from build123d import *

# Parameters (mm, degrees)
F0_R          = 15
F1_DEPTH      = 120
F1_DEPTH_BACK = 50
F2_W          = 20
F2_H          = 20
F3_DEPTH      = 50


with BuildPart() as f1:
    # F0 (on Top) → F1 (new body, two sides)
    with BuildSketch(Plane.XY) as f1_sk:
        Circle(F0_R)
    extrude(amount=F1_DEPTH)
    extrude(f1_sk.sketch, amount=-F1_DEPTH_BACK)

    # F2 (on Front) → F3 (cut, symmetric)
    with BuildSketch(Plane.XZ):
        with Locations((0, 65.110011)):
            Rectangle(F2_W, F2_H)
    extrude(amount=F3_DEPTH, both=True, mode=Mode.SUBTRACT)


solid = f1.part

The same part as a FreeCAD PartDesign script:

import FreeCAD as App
import Part
import Sketcher
from FreeCAD import Vector
Q = App.Units.Quantity

doc = App.newDocument("Part")
body = doc.addObject("PartDesign::Body", "Body")

# Sketch on XY plane
sketch1 = body.newObject("Sketcher::SketchObject", "Sketch")
sketch1.AttachmentSupport = (doc.getObject("XY_Plane"), [""])
sketch1.MapMode = "FlatFace"
sketch1.addGeometry(Part.Circle(Vector(0, 0, 0), Vector(0, 0, 1), 15), False)
sketch1.addConstraint([
    Sketcher.Constraint("Coincident", 0, 3, -1, 1),
    Sketcher.Constraint("Diameter", 0, Q("30 mm")),
])
pad1 = body.newObject("PartDesign::Pad", "Pad")
pad1.Profile = sketch1
pad1.Type = "TwoLengths"
pad1.Length = 120
pad1.Length2 = 50

# Sketch on XZ plane
sketch2 = body.newObject("Sketcher::SketchObject", "Sketch001")
sketch2.AttachmentSupport = (doc.getObject("XZ_Plane"), [""])
sketch2.MapMode = "FlatFace"
sketch2.addGeometry([
    Part.LineSegment(Vector(-10, 75, 0), Vector(-10, 55, 0)),
    Part.LineSegment(Vector(-10, 55, 0), Vector(10, 55, 0)),
    Part.LineSegment(Vector(10, 55, 0), Vector(10, 75, 0)),
    Part.LineSegment(Vector(10, 75, 0), Vector(-10, 75, 0)),
], False)
sketch2.addConstraint([
    Sketcher.Constraint("Coincident", 0, 2, 1, 1),
    Sketcher.Constraint("Coincident", 1, 2, 2, 1),
    Sketcher.Constraint("Coincident", 2, 2, 3, 1),
    Sketcher.Constraint("Coincident", 3, 2, 0, 1),
    Sketcher.Constraint("Vertical", 0),
    Sketcher.Constraint("Horizontal", 1),
    Sketcher.Constraint("Vertical", 2),
    Sketcher.Constraint("Horizontal", 3),
    Sketcher.Constraint("Equal", 3, 0),
    Sketcher.Constraint("DistanceX", 1, 1, 1, 2, Q("20 mm")),
    Sketcher.Constraint("DistanceX", 0, 2, -1, 1, Q("10 mm")),
    Sketcher.Constraint("DistanceY", -1, 1, 0, 2, Q("55.110011 mm")),
])
pocket1 = body.newObject("PartDesign::Pocket", "Pocket")
pocket1.Profile = sketch2
pocket1.Length = 100
pocket1.Midplane = True

doc.recompute()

* [PROBLEM STATEMENT]: When a line in the material above contains the word "amount", copy that line out.

* [ANSWER TO THIS TASK]:
    extrude(amount=F1_DEPTH)
    extrude(f1_sk.sketch, amount=-F1_DEPTH_BACK)
    extrude(amount=F3_DEPTH, both=True, mode=Mode.SUBTRACT)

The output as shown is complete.